Lt. Gov. Mike Kehoe addresses supporters at Cowtown USA in Cuba, Missouri, on July 11 (Jason Hancock/The Missouri Independent).
During the campaign, Kehoe came under fire for calling for a higher state gas tax to pay for road and bridge repairs, saying Missouri’s roads are crumbling and something needs to be done.
Kehoe said the gas tax — “I call it a user fee, by the way” — is a way to ensure Missouri can pay for infrastructure improvements.
“Governing is not always popular,” he said. “We ranked 49th in road funding. Our farm-to-market roads, so-called letter roads, are in the worst condition they’ve ever been in. This hurts our primary industry, agriculture. We need to make sure we have bridges that can carry school buses, ambulances and families, much less transport the goods in the tractor-trailers that power our economy.”
education
Over the past two years, Missouri lawmakers have created and expanded tax credit scholarship programs to help offset the costs of attending private and religious schools.
Kehoe supports the effort, saying competition is what’s best for public education.
“If parents feel their child isn’t getting an appropriate education in their school district, or the curriculum doesn’t align with their values, they should have the option to consider other school districts,” he said.
“We have about 550 school districts in Missouri,” Kehoe said, “some that are doing great and some that are really struggling. I’m not a reformer that’s going to say, let’s throw away everything that matters and throw away what’s important. Let’s target the best solutions where they’re needed and give people options.”
While some opponents support abolishing the Missouri Department of Education entirely, Kehoe believes the department has a bright future, in part because of the state’s new Education Commissioner, Carla Esslinger.
Eslinger, a former Republican state senator considered friendly to public school advocates, was selected by the State Board of Education to replace Margie Vandeven upon her retirement.
Her teaching experience is extensive, beginning as an elementary school teacher in rural Ozark County schools, serving in administrative roles in several Missouri schools, and serving as Deputy Director for the Office of Educator Quality for three years.
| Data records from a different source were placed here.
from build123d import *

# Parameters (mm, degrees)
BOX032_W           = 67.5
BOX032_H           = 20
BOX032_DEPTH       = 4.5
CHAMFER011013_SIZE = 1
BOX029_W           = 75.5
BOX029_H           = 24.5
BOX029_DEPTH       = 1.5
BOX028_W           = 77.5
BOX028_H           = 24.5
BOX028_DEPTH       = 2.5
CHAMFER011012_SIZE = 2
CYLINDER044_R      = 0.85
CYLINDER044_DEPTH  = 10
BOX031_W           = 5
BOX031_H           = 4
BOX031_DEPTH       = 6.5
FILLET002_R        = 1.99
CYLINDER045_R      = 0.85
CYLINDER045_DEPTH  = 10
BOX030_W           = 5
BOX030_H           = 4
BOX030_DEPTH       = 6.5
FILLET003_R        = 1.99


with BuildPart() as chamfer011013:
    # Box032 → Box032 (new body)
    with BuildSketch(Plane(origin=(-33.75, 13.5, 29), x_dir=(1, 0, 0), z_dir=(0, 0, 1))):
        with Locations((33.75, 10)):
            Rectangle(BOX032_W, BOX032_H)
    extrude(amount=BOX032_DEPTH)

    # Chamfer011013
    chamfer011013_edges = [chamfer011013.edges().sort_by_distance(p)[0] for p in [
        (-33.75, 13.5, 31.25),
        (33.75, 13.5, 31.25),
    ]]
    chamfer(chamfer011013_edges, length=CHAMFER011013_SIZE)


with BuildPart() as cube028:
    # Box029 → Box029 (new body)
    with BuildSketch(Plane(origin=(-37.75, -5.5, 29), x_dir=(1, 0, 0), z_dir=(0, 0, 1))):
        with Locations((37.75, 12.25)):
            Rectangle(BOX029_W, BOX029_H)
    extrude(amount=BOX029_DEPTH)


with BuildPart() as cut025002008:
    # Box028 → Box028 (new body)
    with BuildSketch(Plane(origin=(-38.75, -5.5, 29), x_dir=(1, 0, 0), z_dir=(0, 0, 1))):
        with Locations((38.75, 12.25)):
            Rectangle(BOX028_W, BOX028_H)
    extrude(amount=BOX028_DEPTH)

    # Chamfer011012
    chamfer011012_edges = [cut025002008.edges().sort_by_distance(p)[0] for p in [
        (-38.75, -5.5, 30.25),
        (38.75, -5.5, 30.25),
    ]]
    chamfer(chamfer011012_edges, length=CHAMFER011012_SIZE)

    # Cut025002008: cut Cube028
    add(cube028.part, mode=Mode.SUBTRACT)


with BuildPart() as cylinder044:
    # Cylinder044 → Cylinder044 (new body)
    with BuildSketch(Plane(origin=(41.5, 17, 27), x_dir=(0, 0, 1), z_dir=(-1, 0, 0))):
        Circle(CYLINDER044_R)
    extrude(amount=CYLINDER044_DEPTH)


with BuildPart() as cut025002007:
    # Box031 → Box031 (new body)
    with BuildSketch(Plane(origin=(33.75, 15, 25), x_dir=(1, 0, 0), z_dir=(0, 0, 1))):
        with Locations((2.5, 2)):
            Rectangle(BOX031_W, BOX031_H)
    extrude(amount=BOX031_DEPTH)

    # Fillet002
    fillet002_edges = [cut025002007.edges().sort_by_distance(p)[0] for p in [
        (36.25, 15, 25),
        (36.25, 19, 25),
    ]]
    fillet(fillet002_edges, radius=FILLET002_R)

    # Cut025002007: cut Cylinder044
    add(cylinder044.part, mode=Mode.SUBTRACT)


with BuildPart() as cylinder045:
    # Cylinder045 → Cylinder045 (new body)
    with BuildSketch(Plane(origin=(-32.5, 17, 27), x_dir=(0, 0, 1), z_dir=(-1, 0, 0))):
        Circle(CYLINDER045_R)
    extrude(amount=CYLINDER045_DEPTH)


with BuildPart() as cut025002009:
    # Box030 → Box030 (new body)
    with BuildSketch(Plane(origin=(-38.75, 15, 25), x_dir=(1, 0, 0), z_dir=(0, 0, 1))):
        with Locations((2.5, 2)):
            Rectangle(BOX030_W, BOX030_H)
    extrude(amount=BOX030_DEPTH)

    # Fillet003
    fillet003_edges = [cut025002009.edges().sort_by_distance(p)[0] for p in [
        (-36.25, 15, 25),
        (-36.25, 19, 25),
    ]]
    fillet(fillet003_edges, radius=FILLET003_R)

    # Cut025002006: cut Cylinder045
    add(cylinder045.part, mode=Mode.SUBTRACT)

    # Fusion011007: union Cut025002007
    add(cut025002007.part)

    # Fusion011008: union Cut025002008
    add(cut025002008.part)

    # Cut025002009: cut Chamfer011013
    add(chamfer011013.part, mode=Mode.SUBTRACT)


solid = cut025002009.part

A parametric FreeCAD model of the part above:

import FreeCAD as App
import Part
import Sketcher

V = App.Vector
Q = App.Units.Quantity


def edges_at(feature, points):
    """Names of the edges that pass closest to the given points."""
    edges = feature.Shape.Edges
    near = lambda p: min(range(len(edges)), key=lambda i: edges[i].distToShape(Part.Vertex(*p))[0])
    return sorted({f"Edge{near(p) + 1}" for p in points})

doc = App.newDocument("Part")
body = doc.addObject("PartDesign::Body", "Body")

sketch1 = body.newObject("Sketcher::SketchObject", "Sketch")
sketch1.AttachmentSupport = (doc.getObject("XY_Plane"), [""])
sketch1.MapMode = "FlatFace"
sketch1.AttachmentOffset = App.Placement(V(0, 0, 29), App.Rotation())
sketch1.addGeometry([
    Part.LineSegment(V(-33.75, 33.5, 0), V(-33.75, 13.5, 0)),
    Part.LineSegment(V(-33.75, 13.5, 0), V(33.75, 13.5, 0)),
    Part.LineSegment(V(33.75, 13.5, 0), V(33.75, 33.5, 0)),
    Part.LineSegment(V(33.75, 33.5, 0), V(-33.75, 33.5, 0)),
], False)
sketch1.addConstraint([
    Sketcher.Constraint("Coincident", 0, 2, 1, 1),
    Sketcher.Constraint("Coincident", 1, 2, 2, 1),
    Sketcher.Constraint("Coincident", 2, 2, 3, 1),
    Sketcher.Constraint("Coincident", 3, 2, 0, 1),
    Sketcher.Constraint("Vertical", 0),
    Sketcher.Constraint("Horizontal", 1),
    Sketcher.Constraint("Vertical", 2),
    Sketcher.Constraint("Horizontal", 3),
    Sketcher.Constraint("DistanceY", 0, 2, 0, 1, Q("20 mm")),
    Sketcher.Constraint("DistanceX", 1, 1, 1, 2, Q("67.5 mm")),
    Sketcher.Constraint("DistanceY", -1, 1, 0, 2, Q("13.5 mm")),
    Sketcher.Constraint("DistanceX", 0, 2, -1, 1, Q("33.75 mm")),
])
pad1 = body.newObject("PartDesign::Pad", "Pad")
pad1.Profile = sketch1
pad1.Length = 4.5
doc.recompute()

chamfer = body.newObject("PartDesign::Chamfer", "Chamfer")
chamfer.Base = (pad1, edges_at(pad1, [(-33.75, 13.5, 31.25), (33.75, 13.5, 31.25)]))
chamfer.Size = 1
body2 = doc.addObject("PartDesign::Body", "Body001")

sketch2 = body2.newObject("Sketcher::SketchObject", "Sketch001")
sketch2.AttachmentSupport = (doc.getObject("XY_Plane001"), [""])
sketch2.MapMode = "FlatFace"
sketch2.AttachmentOffset = App.Placement(V(0, 0, 29), App.Rotation())
sketch2.addGeometry([
    Part.LineSegment(V(-37.75, 19, 0), V(-37.75, -5.5, 0)),
    Part.LineSegment(V(-37.75, -5.5, 0), V(37.75, -5.5, 0)),
    Part.LineSegment(V(37.75, -5.5, 0), V(37.75, 19, 0)),
    Part.LineSegment(V(37.75, 19, 0), V(-37.75, 19, 0)),
], False)
sketch2.addConstraint([
    Sketcher.Constraint("Coincident", 0, 2, 1, 1),
    Sketcher.Constraint("Coincident", 1, 2, 2, 1),
    Sketcher.Constraint("Coincident", 2, 2, 3, 1),
    Sketcher.Constraint("Coincident", 3, 2, 0, 1),
    Sketcher.Constraint("Vertical", 0),
    Sketcher.Constraint("Horizontal", 1),
    Sketcher.Constraint("Vertical", 2),
    Sketcher.Constraint("Horizontal", 3),
    Sketcher.Constraint("DistanceX", 1, 1, 1, 2, Q("75.5 mm")),
    Sketcher.Constraint("DistanceY", 0, 2, 0, 1, Q("24.5 mm")),
    Sketcher.Constraint("DistanceY", -1, 1, 2, 2, Q("19 mm")),
    Sketcher.Constraint("DistanceX", 0, 2, -1, 1, Q("37.75 mm")),
])
pad2 = body2.newObject("PartDesign::Pad", "Pad001")
pad2.Profile = sketch2
pad2.Length = 1.5
body3 = doc.addObject("PartDesign::Body", "Body002")

sketch3 = body3.newObject("Sketcher::SketchObject", "Sketch002")
sketch3.AttachmentSupport = (doc.getObject("XY_Plane002"), [""])
sketch3.MapMode = "FlatFace"
sketch3.AttachmentOffset = App.Placement(V(0, 0, 29), App.Rotation())
sketch3.addGeometry([
    Part.LineSegment(V(-38.75, 19, 0), V(-38.75, -5.5, 0)),
    Part.LineSegment(V(-38.75, -5.5, 0), V(38.75, -5.5, 0)),
    Part.LineSegment(V(38.75, -5.5, 0), V(38.75, 19, 0)),
    Part.LineSegment(V(38.75, 19, 0), V(-38.75, 19, 0)),
], False)
sketch3.addConstraint([
    Sketcher.Constraint("Coincident", 0, 2, 1, 1),
    Sketcher.Constraint("Coincident", 1, 2, 2, 1),
    Sketcher.Constraint("Coincident", 2, 2, 3, 1),
    Sketcher.Constraint("Coincident", 3, 2, 0, 1),
    Sketcher.Constraint("Vertical", 0),
    Sketcher.Constraint("Horizontal", 1),
    Sketcher.Constraint("Vertical", 2),
    Sketcher.Constraint("Horizontal", 3),
    Sketcher.Constraint("DistanceX", 1, 1, 1, 2, Q("77.5 mm")),
    Sketcher.Constraint("DistanceY", 0, 2, 0, 1, Q("24.5 mm")),
    Sketcher.Constraint("DistanceY", -1, 1, 2, 2, Q("19 mm")),
    Sketcher.Constraint("DistanceX", 0, 2, -1, 1, Q("38.75 mm")),
])
pad3 = body3.newObject("PartDesign::Pad", "Pad002")
pad3.Profile = sketch3
pad3.Length = 2.5
doc.recompute()

chamfer2 = body3.newObject("PartDesign::Chamfer", "Chamfer001")
chamfer2.Base = (pad3, edges_at(pad3, [(-38.75, -5.5, 30.25), (38.75, -5.5, 30.25)]))
chamfer2.Size = 2
doc.recompute()

boolean = body3.newObject("PartDesign::Boolean", "Boolean")
boolean.Type = "Cut"
boolean.addObjects([body2])
body4 = doc.addObject("PartDesign::Body", "Body003")

sketch4 = body4.newObject("Sketcher::SketchObject", "Sketch003")
sketch4.AttachmentSupport = (doc.getObject("YZ_Plane003"), [""])
sketch4.MapMode = "FlatFace"
sketch4.AttachmentOffset = App.Placement(V(0, 0, 41.5), App.Rotation())
sketch4.addGeometry(Part.Circle(V(17, 27, 0), V(0, 0, 1), 0.85), False)
sketch4.addConstraint([
    Sketcher.Constraint("Diameter", 0, Q("1.7 mm")),
    Sketcher.Constraint("DistanceX", -1, 1, 0, 3, Q("17 mm")),
    Sketcher.Constraint("DistanceY", -1, 1, 0, 3, Q("27 mm")),
])
pad4 = body4.newObject("PartDesign::Pad", "Pad003")
pad4.Profile = sketch4
pad4.Length = 10
pad4.Reversed = True
body5 = doc.addObject("PartDesign::Body", "Body004")

sketch5 = body5.newObject("Sketcher::SketchObject", "Sketch004")
sketch5.AttachmentSupport = (doc.getObject("XY_Plane004"), [""])
sketch5.MapMode = "FlatFace"
sketch5.AttachmentOffset = App.Placement(V(0, 0, 25), App.Rotation())
sketch5.addGeometry([
    Part.LineSegment(V(33.75, 19, 0), V(33.75, 15, 0)),
    Part.LineSegment(V(33.75, 15, 0), V(38.75, 15, 0)),
    Part.LineSegment(V(38.75, 15, 0), V(38.75, 19, 0)),
    Part.LineSegment(V(38.75, 19, 0), V(33.75, 19, 0)),
], False)
sketch5.addConstraint([
    Sketcher.Constraint("Coincident", 0, 2, 1, 1),
    Sketcher.Constraint("Coincident", 1, 2, 2, 1),
    Sketcher.Constraint("Coincident", 2, 2, 3, 1),
    Sketcher.Constraint("Coincident", 3, 2, 0, 1),
    Sketcher.Constraint("Vertical", 0),
    Sketcher.Constraint("Horizontal", 1),
    Sketcher.Constraint("Vertical", 2),
    Sketcher.Constraint("Horizontal", 3),
    Sketcher.Constraint("DistanceX", 1, 1, 1, 2, Q("5 mm")),
    Sketcher.Constraint("DistanceY", 0, 2, 0, 1, Q("4 mm")),
    Sketcher.Constraint("DistanceY", -1, 1, 0, 2, Q("15 mm")),
    Sketcher.Constraint("DistanceX", -1, 1, 0, 2, Q("33.75 mm")),
])
pad5 = body5.newObject("PartDesign::Pad", "Pad004")
pad5.Profile = sketch5
pad5.Length = 6.5
doc.recompute()

fillet = body5.newObject("PartDesign::Fillet", "Fillet")
fillet.Base = (pad5, edges_at(pad5, [(36.25, 15, 25), (36.25, 19, 25)]))
fillet.Radius = 1.99
doc.recompute()

boolean2 = body5.newObject("PartDesign::Boolean", "Boolean001")
boolean2.Type = "Cut"
boolean2.addObjects([body4])
body6 = doc.addObject("PartDesign::Body", "Body005")

sketch6 = body6.newObject("Sketcher::SketchObject", "Sketch005")
sketch6.AttachmentSupport = (doc.getObject("YZ_Plane005"), [""])
sketch6.MapMode = "FlatFace"
sketch6.AttachmentOffset = App.Placement(V(0, 0, -32.5), App.Rotation())
sketch6.addGeometry(Part.Circle(V(17, 27, 0), V(0, 0, 1), 0.85), False)
sketch6.addConstraint([
    Sketcher.Constraint("Diameter", 0, Q("1.7 mm")),
    Sketcher.Constraint("DistanceX", -1, 1, 0, 3, Q("17 mm")),
    Sketcher.Constraint("DistanceY", -1, 1, 0, 3, Q("27 mm")),
])
pad6 = body6.newObject("PartDesign::Pad", "Pad005")
pad6.Profile = sketch6
pad6.Length = 10
pad6.Reversed = True
body7 = doc.addObject("PartDesign::Body", "Body006")
body7.AllowCompound = True

sketch7 = body7.newObject("Sketcher::SketchObject", "Sketch006")
sketch7.AttachmentSupport = (doc.getObject("XY_Plane006"), [""])
sketch7.MapMode = "FlatFace"
sketch7.AttachmentOffset = App.Placement(V(0, 0, 25), App.Rotation())
sketch7.addGeometry([
    Part.LineSegment(V(-38.75, 19, 0), V(-38.75, 15, 0)),
    Part.LineSegment(V(-38.75, 15, 0), V(-33.75, 15, 0)),
    Part.LineSegment(V(-33.75, 15, 0), V(-33.75, 19, 0)),
    Part.LineSegment(V(-33.75, 19, 0), V(-38.75, 19, 0)),
], False)
sketch7.addConstraint([
    Sketcher.Constraint("Coincident", 0, 2, 1, 1),
    Sketcher.Constraint("Coincident", 1, 2, 2, 1),
    Sketcher.Constraint("Coincident", 2, 2, 3, 1),
    Sketcher.Constraint("Coincident", 3, 2, 0, 1),
    Sketcher.Constraint("Vertical", 0),
    Sketcher.Constraint("Horizontal", 1),
    Sketcher.Constraint("Vertical", 2),
    Sketcher.Constraint("Horizontal", 3),
    Sketcher.Constraint("DistanceX", 1, 1, 1, 2, Q("5 mm")),
    Sketcher.Constraint("DistanceY", 0, 2, 0, 1, Q("4 mm")),
    Sketcher.Constraint("DistanceY", -1, 1, 0, 2, Q("15 mm")),
    Sketcher.Constraint("DistanceX", 0, 2, -1, 1, Q("38.75 mm")),
])
pad7 = body7.newObject("PartDesign::Pad", "Pad006")
pad7.Profile = sketch7
pad7.Length = 6.5
doc.recompute()

fillet2 = body7.newObject("PartDesign::Fillet", "Fillet001")
fillet2.Base = (pad7, edges_at(pad7, [(-36.25, 15, 25), (-36.25, 19, 25)]))
fillet2.Radius = 1.99
doc.recompute()

boolean3 = body7.newObject("PartDesign::Boolean", "Boolean002")
boolean3.Type = "Cut"
boolean3.addObjects([body6])
doc.recompute()

boolean4 = body7.newObject("PartDesign::Boolean", "Boolean003")
boolean4.Type = "Fuse"
boolean4.addObjects([body5])
doc.recompute()

boolean5 = body7.newObject("PartDesign::Boolean", "Boolean004")
boolean5.Type = "Fuse"
boolean5.addObjects([body3])
doc.recompute()

boolean6 = body7.newObject("PartDesign::Boolean", "Boolean005")
boolean6.Type = "Cut"
boolean6.addObjects([body])

doc.recompute()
In 2017, then-Governor Eric Greitens pressured the commission to remove Vandeven in hopes of being able to appoint commissioners of his own choosing. Kehoe has no plans to go down that path.
“Carla Esslinger is going to be really special,” he said. “I’m excited to see what Carla brings to this conversation. I’m a big fan of hers, and I honestly can’t believe she said yes. She’s a really good person and I think something great is going to come out of her.”